In this part of the project we implemented global illumination which is calculated by summing the direct and indirect lighting of the scene. Direct lighting was implemented previously in part 3 and corresponds to either uniform hemisphere sampling or importance sampling. Therefore in this part, the main functionality was to implement indirect lighting, and then take the sum of zero bounces in the scene, one bounce into the scene (direct lighting) and all other bounces in the scene (indirect lighting). Since indirect lighting can continously bounce around the scene, we want to implement this function recursively, with each recursive call summing to the final output. However, one important condition to add in this process to make sure that we don't bounce rays infinitely, is to add a termination probability. This termination condition is based on the "Russian Roulette" theory which basically picks a very small random probability to terminate this process on. After successfully recursing, summing, and scaling our final output, we can take this total sum as our global illumination of the scene. As we can see in the images below, the simulated light is much more complex and takes the indirect bounces of light from the walls and light sources into account.


CB Bunny - Global Illumination
CB Spheres - Global Illumination


We can break down this idea of summing our global light by separating our direct and indirect illumination of the scene. The image on the left is the result of the direct lighting (uniform or hemisphere) that we calculated in the previous part, while the image on the right is the result of the indirect lighting we calculated in this section. Therefore when you take the sum of the two lighting evaluations, you get the final global illumination of the scene.


Only Direct Lighting
Only Indirect Lighting



Changing the max ray depth, or the maximum depth of bounces for each ray, changes the output of the image. If we set our max ray depth to zero, then this is equivalent to no light bounces in the scene which will only result in the light source in the scene being shown. If we change this value to one, then the ray is allowed one bounce in the scene and results in direct lighting. When max ray depth is greater than or equal to two, we start to see the effects of indirect lighting, with each increase making the render slightly brighter than before. For example, at 100 max ray depth, the image is the most bright which can be seen in comparing the shadows in the back wall and on the floor.

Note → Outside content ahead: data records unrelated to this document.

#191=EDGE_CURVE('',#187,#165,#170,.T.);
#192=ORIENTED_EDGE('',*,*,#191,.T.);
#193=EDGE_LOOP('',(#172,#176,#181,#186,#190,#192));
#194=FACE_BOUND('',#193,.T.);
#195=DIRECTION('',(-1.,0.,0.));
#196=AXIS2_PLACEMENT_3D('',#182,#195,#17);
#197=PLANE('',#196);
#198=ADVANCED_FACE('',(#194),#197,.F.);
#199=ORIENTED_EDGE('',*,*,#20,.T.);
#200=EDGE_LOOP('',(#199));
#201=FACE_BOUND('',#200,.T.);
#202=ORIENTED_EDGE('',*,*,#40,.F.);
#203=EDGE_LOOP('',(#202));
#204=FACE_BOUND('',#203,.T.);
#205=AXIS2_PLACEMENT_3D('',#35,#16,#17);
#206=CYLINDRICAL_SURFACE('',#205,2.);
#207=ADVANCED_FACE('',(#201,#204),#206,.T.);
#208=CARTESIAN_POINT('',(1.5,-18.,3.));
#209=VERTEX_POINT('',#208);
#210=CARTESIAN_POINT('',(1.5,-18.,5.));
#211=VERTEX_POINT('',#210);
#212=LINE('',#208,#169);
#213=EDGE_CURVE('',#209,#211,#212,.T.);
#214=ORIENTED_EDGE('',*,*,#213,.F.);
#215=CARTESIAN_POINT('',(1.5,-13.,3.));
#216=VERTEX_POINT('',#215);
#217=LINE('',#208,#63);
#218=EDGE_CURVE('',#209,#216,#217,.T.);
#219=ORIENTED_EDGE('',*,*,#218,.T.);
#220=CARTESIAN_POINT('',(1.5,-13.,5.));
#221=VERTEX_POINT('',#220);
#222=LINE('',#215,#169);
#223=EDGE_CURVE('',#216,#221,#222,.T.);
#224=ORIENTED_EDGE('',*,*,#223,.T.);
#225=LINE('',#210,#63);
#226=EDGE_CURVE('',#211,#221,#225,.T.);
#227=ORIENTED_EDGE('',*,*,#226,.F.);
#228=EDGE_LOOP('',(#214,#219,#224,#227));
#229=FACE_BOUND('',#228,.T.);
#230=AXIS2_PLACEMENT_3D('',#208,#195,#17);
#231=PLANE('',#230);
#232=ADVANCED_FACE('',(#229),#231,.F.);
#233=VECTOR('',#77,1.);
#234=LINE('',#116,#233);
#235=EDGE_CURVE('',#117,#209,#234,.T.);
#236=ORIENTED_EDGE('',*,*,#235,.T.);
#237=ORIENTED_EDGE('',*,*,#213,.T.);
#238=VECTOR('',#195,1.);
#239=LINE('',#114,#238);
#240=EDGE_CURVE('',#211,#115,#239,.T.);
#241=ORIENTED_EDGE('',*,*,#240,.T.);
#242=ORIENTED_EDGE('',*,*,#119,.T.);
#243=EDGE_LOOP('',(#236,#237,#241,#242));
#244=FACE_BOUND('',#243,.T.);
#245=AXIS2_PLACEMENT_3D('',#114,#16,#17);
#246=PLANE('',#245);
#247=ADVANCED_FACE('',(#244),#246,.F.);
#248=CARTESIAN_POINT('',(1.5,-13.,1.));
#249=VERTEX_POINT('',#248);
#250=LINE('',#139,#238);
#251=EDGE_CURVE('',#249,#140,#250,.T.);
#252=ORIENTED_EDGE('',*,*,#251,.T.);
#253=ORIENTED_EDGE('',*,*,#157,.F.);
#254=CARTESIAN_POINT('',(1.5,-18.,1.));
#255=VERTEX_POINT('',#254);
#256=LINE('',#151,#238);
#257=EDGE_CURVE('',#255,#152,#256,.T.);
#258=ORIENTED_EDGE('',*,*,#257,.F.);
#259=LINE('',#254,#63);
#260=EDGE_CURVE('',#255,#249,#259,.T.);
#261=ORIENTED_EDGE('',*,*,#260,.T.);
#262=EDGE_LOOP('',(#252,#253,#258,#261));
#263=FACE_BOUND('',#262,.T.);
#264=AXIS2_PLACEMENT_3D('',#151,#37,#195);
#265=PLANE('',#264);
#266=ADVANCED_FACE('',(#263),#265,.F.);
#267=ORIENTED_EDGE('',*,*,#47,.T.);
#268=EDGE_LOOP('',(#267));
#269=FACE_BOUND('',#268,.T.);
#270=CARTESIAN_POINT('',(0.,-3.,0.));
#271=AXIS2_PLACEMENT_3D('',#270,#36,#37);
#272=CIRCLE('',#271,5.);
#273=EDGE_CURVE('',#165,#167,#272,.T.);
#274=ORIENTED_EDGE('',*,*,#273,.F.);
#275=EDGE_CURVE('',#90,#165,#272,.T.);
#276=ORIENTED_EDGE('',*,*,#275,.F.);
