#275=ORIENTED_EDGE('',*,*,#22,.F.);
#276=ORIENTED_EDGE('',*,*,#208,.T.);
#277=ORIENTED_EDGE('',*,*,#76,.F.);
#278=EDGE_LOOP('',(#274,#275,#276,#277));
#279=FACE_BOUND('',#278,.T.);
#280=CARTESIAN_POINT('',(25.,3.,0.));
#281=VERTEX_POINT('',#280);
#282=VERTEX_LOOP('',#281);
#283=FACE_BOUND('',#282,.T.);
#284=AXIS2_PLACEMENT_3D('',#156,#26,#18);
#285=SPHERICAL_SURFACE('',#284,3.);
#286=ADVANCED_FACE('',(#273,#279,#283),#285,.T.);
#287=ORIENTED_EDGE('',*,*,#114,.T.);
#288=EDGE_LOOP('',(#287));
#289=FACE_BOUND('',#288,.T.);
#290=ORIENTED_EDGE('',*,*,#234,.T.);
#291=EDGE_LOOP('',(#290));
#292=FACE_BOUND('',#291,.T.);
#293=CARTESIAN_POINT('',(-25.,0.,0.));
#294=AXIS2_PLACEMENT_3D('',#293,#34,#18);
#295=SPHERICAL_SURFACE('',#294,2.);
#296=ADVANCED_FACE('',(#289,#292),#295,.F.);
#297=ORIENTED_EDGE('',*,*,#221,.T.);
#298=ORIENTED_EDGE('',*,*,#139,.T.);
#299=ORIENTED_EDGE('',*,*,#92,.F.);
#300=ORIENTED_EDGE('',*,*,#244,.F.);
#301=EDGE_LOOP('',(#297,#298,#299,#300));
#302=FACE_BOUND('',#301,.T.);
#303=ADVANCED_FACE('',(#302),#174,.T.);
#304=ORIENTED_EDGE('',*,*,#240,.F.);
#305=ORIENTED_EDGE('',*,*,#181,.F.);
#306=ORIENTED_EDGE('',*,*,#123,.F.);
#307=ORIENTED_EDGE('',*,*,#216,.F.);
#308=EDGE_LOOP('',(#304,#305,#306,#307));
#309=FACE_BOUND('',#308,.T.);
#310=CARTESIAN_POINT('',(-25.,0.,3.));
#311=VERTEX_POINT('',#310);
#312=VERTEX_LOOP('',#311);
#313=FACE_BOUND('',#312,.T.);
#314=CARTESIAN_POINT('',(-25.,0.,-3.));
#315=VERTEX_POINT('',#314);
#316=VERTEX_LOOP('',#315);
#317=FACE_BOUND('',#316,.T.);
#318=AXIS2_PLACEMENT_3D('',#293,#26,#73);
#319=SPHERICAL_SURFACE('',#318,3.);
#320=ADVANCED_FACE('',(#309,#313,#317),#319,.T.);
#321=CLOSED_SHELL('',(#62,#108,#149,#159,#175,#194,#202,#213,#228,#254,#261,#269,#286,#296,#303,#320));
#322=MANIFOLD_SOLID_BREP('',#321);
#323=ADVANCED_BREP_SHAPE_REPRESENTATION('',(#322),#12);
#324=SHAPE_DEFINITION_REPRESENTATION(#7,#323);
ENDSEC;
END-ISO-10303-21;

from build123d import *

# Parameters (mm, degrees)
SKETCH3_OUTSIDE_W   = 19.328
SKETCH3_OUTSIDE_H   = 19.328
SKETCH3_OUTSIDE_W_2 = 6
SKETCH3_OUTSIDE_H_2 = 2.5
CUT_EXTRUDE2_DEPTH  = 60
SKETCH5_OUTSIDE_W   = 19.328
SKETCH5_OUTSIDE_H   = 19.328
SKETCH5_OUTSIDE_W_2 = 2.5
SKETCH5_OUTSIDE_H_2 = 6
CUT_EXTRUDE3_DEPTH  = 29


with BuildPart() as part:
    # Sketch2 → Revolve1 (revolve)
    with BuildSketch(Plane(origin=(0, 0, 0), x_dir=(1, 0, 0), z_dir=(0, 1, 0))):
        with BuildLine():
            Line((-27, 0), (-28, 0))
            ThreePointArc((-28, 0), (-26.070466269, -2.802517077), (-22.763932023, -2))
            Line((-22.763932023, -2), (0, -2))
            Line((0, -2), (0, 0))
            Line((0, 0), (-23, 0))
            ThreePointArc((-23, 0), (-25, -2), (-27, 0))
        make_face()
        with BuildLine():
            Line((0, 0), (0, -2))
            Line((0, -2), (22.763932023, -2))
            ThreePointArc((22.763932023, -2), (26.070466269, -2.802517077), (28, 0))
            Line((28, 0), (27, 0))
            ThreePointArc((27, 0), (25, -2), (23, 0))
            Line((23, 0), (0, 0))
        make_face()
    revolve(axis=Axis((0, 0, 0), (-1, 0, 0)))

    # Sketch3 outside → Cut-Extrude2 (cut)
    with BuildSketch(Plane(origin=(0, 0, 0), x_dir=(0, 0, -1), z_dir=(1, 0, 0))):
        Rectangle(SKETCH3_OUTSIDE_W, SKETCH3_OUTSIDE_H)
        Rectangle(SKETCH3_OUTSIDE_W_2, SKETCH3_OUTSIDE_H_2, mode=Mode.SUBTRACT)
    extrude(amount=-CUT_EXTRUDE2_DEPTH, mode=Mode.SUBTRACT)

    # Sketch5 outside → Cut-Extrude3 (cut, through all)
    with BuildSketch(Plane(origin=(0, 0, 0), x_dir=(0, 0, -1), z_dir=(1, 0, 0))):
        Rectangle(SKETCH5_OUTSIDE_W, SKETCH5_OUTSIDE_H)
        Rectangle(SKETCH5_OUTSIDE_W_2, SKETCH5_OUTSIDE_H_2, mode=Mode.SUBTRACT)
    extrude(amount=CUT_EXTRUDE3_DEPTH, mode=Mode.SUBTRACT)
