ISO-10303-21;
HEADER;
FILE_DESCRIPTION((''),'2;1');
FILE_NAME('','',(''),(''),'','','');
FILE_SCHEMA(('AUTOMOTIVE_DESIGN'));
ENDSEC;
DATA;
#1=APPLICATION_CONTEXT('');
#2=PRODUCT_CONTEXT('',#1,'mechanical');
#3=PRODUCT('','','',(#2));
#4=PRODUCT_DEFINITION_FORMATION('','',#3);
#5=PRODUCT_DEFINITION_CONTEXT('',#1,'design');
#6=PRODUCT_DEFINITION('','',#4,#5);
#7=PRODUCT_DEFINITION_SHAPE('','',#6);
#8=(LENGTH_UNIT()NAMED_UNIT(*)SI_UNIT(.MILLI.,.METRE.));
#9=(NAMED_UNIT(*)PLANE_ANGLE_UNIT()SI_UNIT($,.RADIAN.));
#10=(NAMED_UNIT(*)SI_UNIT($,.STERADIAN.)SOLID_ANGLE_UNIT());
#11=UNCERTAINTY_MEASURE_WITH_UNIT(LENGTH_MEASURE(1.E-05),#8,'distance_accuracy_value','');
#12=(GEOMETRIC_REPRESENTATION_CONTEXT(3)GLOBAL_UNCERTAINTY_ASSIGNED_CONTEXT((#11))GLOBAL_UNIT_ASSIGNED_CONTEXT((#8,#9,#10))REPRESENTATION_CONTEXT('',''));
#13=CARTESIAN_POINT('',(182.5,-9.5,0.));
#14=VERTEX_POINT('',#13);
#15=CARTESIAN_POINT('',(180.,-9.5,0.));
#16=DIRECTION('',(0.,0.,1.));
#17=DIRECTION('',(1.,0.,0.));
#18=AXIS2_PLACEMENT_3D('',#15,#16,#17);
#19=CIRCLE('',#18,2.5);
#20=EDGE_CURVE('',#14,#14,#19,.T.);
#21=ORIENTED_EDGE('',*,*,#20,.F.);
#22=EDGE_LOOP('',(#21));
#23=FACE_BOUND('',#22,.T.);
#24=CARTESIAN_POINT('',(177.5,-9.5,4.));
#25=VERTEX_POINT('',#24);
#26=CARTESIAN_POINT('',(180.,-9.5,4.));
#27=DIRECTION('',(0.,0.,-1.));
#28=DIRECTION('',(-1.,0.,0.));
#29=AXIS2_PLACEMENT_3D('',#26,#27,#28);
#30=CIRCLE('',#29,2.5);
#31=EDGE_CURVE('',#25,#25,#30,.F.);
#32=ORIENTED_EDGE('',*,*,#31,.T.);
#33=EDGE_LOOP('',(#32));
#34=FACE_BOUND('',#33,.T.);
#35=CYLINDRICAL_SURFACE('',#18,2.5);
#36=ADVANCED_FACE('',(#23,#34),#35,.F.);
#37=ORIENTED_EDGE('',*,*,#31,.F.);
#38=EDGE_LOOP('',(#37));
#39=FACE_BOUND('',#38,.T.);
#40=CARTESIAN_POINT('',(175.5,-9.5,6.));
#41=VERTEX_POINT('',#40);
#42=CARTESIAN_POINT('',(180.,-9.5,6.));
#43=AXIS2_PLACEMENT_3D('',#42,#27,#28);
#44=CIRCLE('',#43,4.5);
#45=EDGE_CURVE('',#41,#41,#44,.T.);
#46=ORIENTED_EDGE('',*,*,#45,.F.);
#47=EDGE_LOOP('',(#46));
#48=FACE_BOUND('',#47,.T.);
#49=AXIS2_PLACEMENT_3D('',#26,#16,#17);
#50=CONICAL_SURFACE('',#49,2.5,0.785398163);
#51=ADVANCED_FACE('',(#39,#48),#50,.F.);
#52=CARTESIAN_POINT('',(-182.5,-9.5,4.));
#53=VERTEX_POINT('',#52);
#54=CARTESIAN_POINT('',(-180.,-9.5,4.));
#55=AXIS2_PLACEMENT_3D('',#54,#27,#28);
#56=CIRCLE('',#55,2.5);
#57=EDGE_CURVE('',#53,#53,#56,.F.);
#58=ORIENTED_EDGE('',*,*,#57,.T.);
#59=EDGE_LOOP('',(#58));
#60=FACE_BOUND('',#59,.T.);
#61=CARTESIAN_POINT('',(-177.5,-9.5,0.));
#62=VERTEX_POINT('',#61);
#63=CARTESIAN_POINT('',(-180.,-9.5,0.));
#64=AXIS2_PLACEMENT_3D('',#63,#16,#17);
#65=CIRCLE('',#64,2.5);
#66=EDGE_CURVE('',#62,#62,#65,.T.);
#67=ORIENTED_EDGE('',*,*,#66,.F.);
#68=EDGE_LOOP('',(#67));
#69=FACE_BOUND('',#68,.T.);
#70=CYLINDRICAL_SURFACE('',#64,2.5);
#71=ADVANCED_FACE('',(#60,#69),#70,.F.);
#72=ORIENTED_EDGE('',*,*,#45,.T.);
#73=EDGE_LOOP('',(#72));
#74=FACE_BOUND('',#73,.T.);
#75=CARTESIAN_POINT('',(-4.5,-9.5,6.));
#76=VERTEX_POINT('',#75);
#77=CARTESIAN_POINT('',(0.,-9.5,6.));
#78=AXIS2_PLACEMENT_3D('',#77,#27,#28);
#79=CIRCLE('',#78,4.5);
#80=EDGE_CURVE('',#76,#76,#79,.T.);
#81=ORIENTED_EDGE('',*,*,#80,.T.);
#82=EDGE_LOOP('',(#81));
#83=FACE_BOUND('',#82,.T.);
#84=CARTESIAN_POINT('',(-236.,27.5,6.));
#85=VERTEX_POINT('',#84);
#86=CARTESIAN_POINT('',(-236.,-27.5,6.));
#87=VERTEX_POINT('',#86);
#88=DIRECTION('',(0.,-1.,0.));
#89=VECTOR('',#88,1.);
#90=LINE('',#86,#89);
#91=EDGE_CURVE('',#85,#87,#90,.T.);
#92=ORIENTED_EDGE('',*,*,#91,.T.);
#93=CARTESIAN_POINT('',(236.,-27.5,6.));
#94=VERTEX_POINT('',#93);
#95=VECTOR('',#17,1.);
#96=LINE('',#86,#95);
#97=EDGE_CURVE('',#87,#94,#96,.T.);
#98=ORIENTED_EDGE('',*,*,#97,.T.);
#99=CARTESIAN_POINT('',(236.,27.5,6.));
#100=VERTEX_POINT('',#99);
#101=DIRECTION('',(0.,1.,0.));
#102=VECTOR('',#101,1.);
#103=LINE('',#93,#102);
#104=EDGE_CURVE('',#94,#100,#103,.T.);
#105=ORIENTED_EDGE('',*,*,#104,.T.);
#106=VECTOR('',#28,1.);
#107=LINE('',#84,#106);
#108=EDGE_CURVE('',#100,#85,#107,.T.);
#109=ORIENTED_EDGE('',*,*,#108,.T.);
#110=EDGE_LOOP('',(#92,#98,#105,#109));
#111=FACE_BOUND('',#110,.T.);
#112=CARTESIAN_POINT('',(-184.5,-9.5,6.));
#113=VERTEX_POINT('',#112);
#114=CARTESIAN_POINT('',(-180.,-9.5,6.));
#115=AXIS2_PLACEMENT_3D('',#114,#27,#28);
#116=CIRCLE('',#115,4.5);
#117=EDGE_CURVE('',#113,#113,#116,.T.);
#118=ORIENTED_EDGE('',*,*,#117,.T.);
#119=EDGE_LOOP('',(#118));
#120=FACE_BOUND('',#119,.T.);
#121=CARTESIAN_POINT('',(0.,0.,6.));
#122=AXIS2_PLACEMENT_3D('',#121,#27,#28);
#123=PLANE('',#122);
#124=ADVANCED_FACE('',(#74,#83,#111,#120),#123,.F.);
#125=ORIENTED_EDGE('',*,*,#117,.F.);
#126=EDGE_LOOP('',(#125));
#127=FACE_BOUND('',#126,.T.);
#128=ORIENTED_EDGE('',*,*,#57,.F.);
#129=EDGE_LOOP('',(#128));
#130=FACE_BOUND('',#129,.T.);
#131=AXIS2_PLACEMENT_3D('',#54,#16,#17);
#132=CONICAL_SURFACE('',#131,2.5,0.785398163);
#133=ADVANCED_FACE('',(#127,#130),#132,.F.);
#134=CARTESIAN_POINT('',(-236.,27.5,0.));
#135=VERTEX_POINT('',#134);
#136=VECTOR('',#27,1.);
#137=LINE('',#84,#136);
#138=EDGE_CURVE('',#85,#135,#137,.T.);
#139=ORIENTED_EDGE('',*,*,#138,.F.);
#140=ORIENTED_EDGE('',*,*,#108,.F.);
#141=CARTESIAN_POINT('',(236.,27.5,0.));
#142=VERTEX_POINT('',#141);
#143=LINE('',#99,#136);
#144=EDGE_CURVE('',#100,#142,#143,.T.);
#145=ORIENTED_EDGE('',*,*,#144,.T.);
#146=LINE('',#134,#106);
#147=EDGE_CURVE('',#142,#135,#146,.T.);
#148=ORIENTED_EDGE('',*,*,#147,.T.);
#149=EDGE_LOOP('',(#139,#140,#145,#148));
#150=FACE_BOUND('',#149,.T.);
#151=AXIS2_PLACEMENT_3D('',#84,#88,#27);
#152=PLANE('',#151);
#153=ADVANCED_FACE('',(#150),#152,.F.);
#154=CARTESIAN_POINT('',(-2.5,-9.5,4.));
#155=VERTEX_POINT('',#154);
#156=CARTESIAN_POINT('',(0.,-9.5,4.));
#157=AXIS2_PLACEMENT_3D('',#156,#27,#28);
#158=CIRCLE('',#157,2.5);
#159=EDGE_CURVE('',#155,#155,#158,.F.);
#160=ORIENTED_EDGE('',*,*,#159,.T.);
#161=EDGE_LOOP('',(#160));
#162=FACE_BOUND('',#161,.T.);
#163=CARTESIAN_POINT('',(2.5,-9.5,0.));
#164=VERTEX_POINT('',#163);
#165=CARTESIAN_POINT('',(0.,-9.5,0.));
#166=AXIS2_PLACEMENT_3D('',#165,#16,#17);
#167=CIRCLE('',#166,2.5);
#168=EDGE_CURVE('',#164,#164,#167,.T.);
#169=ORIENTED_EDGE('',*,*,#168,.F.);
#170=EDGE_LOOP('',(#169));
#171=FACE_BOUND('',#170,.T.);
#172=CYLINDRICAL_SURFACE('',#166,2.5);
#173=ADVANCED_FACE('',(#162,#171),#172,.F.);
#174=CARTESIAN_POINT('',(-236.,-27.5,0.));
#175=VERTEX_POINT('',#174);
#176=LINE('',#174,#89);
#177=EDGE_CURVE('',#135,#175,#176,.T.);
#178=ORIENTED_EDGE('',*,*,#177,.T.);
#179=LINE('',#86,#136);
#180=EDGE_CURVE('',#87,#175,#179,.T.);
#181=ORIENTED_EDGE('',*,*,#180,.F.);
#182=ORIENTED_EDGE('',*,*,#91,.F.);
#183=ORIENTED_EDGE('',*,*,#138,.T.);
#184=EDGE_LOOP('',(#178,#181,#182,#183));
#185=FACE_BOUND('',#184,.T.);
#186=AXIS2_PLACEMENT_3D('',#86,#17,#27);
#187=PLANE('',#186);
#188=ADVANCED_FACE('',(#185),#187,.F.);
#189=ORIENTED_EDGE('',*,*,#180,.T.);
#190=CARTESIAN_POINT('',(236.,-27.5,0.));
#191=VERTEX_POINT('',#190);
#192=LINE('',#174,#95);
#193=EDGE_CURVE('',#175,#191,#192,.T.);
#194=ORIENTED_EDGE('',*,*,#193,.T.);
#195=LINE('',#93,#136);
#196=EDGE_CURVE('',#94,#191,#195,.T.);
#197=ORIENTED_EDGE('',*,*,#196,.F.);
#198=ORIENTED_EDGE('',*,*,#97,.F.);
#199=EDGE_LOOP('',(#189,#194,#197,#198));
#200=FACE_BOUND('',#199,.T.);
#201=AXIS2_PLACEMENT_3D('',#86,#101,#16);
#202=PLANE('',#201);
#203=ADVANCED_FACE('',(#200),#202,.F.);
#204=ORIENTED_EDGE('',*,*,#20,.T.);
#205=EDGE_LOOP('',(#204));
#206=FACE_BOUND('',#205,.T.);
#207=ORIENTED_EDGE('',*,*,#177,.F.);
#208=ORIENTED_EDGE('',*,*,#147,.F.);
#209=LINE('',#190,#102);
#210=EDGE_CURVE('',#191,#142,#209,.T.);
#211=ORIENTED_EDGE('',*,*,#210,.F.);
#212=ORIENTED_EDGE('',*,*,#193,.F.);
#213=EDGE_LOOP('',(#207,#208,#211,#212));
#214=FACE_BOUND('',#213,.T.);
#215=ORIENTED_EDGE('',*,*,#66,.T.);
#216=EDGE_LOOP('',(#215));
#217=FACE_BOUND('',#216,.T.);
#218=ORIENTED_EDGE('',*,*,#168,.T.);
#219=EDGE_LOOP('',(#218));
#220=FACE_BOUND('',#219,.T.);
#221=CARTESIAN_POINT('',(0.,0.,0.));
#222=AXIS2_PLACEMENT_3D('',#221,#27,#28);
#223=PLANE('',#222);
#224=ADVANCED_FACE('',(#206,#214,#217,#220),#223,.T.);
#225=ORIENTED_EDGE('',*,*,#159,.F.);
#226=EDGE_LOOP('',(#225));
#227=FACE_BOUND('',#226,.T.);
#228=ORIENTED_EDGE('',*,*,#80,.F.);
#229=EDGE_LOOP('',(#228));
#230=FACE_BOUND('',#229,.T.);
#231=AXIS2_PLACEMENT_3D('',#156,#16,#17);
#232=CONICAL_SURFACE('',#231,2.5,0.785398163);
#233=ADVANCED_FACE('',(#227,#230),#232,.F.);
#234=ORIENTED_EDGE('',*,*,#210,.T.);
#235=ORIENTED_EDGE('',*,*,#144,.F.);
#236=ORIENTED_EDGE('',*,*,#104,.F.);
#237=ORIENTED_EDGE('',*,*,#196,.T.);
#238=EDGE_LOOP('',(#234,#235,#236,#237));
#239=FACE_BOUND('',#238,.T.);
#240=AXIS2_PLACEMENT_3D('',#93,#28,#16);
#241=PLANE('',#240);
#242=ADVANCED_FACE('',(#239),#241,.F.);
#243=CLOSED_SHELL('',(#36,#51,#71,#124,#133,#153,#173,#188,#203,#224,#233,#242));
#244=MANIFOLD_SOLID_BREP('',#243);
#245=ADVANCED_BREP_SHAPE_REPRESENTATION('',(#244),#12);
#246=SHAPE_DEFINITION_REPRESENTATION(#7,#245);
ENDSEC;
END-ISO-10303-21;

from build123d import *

# Parameters (mm, degrees)
ESQUISSE1_W             = 472
ESQUISSE1_H             = 55
BOSS_EXTRU_1_DEPTH      = 6
ESQUISSE6_R             = 2.5
ENL_V_MAT_EXTRU_1_DEPTH = 238.672568884
CHANFREIN1_SIZE         = 2


with BuildPart() as part:
    # Esquisse1 → Boss.-Extru.1 (new body)
    with BuildSketch(Plane.XY):
        Rectangle(ESQUISSE1_W, ESQUISSE1_H)
    extrude(amount=BOSS_EXTRU_1_DEPTH)

    # Esquisse6 → Enlèv. mat.-Extru.1 (cut, through all)
    with BuildSketch(Plane.XY.offset(6)):
        with Locations((-180, -9.5)):
            Circle(ESQUISSE6_R)
        with Locations((0, -9.5)):
            Circle(ESQUISSE6_R)
        with Locations((180, -9.5)):
            Circle(ESQUISSE6_R)
    extrude(amount=-ENL_V_MAT_EXTRU_1_DEPTH, mode=Mode.SUBTRACT)

    # Chanfrein1
    chanfrein1_edges = [part.edges().sort_by_distance(p)[0] for p in [
        (-182.5, -9.5, 6),
        (-2.5, -9.5, 6),
        (177.5, -9.5, 6),
    ]]
    chamfer(chanfrein1_edges, length=CHANFREIN1_SIZE)


solid = part.part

Max Ray Depth = 0, Samples = 1024
Max Ray Depth = 1, Samples = 1024
iMax Ray Depth = 2, Samples = 1024

Max Ray Depth = 3, Samples = 1024
Max Ray Depth = 100, Samples = 1024


Changing the number of samples per pixel also affects the final render. Lowering the sample number results in more noise while increasing the sample number leads to clearer results.

1 Sample, 4 Light Rays
2 Samples, 4 Light Rays
4 Samples, 4 Light Rays

8 Samples, 4 Light Rays
16 Samples, 4 Light Rays
64 Samples, 4 Light Rays

1024 Samples, 4 Light Rays



Part 5: Adaptive Sampling

In the last part of the project we implemented adaptive sampling, which selectively samples the image based on which areas of the scene are more complex and therefore need more samples. This means going back to the beginning of the project in which we implemented ray generation and intersection tests. Going to the original loop we created to iterate through the pixels and rays of the image, we want to test whether certain pixels have converged. To do this, we simply need to keep track of a pixel's mean and standard deviation with every sample we take. After successfully implementing adaptive sampling, our renders can deal with noise in a image without having to uniformly process the entire image. Therefore it is both efficient and helpful for final renders. We can see what areas of the image are "more complex" or importance based on the rate image on the right. It serves almost as a heat map of the render with red and green areas needing more attention than blue ones.


CB Bunny 1024 Samples - Adaptive Sampling
CB Bunny Sampling Rate Image

After all of this hard work we are able to successfully render diffuse images!